PROBLEM TO SOLVE :: Find the line holding "f 598 371 369" in the entries below. Give it again exactly, along with every line after it up to and including the line holding "CUT_EXTRUDE5_DEPTH_BACK = 15".
::: RECORD SET
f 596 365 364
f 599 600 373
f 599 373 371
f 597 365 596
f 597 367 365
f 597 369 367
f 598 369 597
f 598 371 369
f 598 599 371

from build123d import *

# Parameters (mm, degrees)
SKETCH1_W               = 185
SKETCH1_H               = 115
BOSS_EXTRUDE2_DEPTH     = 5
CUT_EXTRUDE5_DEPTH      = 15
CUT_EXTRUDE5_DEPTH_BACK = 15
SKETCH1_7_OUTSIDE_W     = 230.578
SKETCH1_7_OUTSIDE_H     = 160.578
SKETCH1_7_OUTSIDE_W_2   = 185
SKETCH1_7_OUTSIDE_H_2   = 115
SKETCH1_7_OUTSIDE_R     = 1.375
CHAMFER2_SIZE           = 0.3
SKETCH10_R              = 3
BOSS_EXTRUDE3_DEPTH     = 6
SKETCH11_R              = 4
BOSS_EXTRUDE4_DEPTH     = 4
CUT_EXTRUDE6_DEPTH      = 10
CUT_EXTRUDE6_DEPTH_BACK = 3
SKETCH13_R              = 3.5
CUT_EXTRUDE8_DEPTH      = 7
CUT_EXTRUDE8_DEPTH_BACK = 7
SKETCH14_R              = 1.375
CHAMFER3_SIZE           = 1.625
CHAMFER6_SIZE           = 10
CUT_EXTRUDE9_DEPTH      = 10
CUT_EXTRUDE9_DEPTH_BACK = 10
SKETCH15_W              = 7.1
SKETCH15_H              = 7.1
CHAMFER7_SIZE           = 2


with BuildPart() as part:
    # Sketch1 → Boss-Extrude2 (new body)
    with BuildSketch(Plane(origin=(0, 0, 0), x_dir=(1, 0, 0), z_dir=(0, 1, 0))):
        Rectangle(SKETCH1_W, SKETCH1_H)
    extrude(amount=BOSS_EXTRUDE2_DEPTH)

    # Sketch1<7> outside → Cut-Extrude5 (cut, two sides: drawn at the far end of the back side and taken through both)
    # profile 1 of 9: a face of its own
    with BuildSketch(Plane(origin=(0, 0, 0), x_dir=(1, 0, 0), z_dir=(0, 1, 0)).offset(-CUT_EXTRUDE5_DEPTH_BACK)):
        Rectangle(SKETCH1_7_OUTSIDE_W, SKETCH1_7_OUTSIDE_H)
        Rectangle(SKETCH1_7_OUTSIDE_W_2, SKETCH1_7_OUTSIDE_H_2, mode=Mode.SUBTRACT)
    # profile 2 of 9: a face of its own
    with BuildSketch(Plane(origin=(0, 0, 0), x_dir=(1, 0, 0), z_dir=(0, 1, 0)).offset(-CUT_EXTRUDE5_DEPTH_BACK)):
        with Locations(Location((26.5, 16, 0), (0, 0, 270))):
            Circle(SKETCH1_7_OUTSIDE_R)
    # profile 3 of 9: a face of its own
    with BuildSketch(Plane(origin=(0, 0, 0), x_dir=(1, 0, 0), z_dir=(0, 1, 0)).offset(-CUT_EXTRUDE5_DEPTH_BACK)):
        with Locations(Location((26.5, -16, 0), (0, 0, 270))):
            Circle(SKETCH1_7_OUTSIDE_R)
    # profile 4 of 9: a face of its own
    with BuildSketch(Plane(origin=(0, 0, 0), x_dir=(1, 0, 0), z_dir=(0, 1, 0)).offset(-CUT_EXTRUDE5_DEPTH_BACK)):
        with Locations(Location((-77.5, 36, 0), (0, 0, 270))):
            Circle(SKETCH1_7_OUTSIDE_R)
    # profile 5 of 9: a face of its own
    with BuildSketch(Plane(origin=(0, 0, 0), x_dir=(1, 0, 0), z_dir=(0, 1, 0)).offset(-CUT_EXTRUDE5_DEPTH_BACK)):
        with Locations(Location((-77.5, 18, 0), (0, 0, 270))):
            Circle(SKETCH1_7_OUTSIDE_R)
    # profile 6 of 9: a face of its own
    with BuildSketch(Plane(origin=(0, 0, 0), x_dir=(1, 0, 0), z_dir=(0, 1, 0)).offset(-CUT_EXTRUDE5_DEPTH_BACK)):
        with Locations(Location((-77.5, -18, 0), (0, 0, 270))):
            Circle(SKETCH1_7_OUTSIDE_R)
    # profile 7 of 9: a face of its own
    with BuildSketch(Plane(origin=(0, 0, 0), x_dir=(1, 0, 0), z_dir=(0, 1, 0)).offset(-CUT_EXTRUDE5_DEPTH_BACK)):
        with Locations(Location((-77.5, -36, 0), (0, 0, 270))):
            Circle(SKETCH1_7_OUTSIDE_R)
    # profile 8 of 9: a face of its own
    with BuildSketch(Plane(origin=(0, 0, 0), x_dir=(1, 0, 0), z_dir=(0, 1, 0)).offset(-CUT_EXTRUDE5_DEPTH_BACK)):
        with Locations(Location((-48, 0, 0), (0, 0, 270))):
::::::
EXERCISE SOLUTION ::
f 598 371 369
f 598 599 371

from build123d import *

# Parameters (mm, degrees)
SKETCH1_W               = 185
SKETCH1_H               = 115
BOSS_EXTRUDE2_DEPTH     = 5
CUT_EXTRUDE5_DEPTH      = 15
CUT_EXTRUDE5_DEPTH_BACK = 15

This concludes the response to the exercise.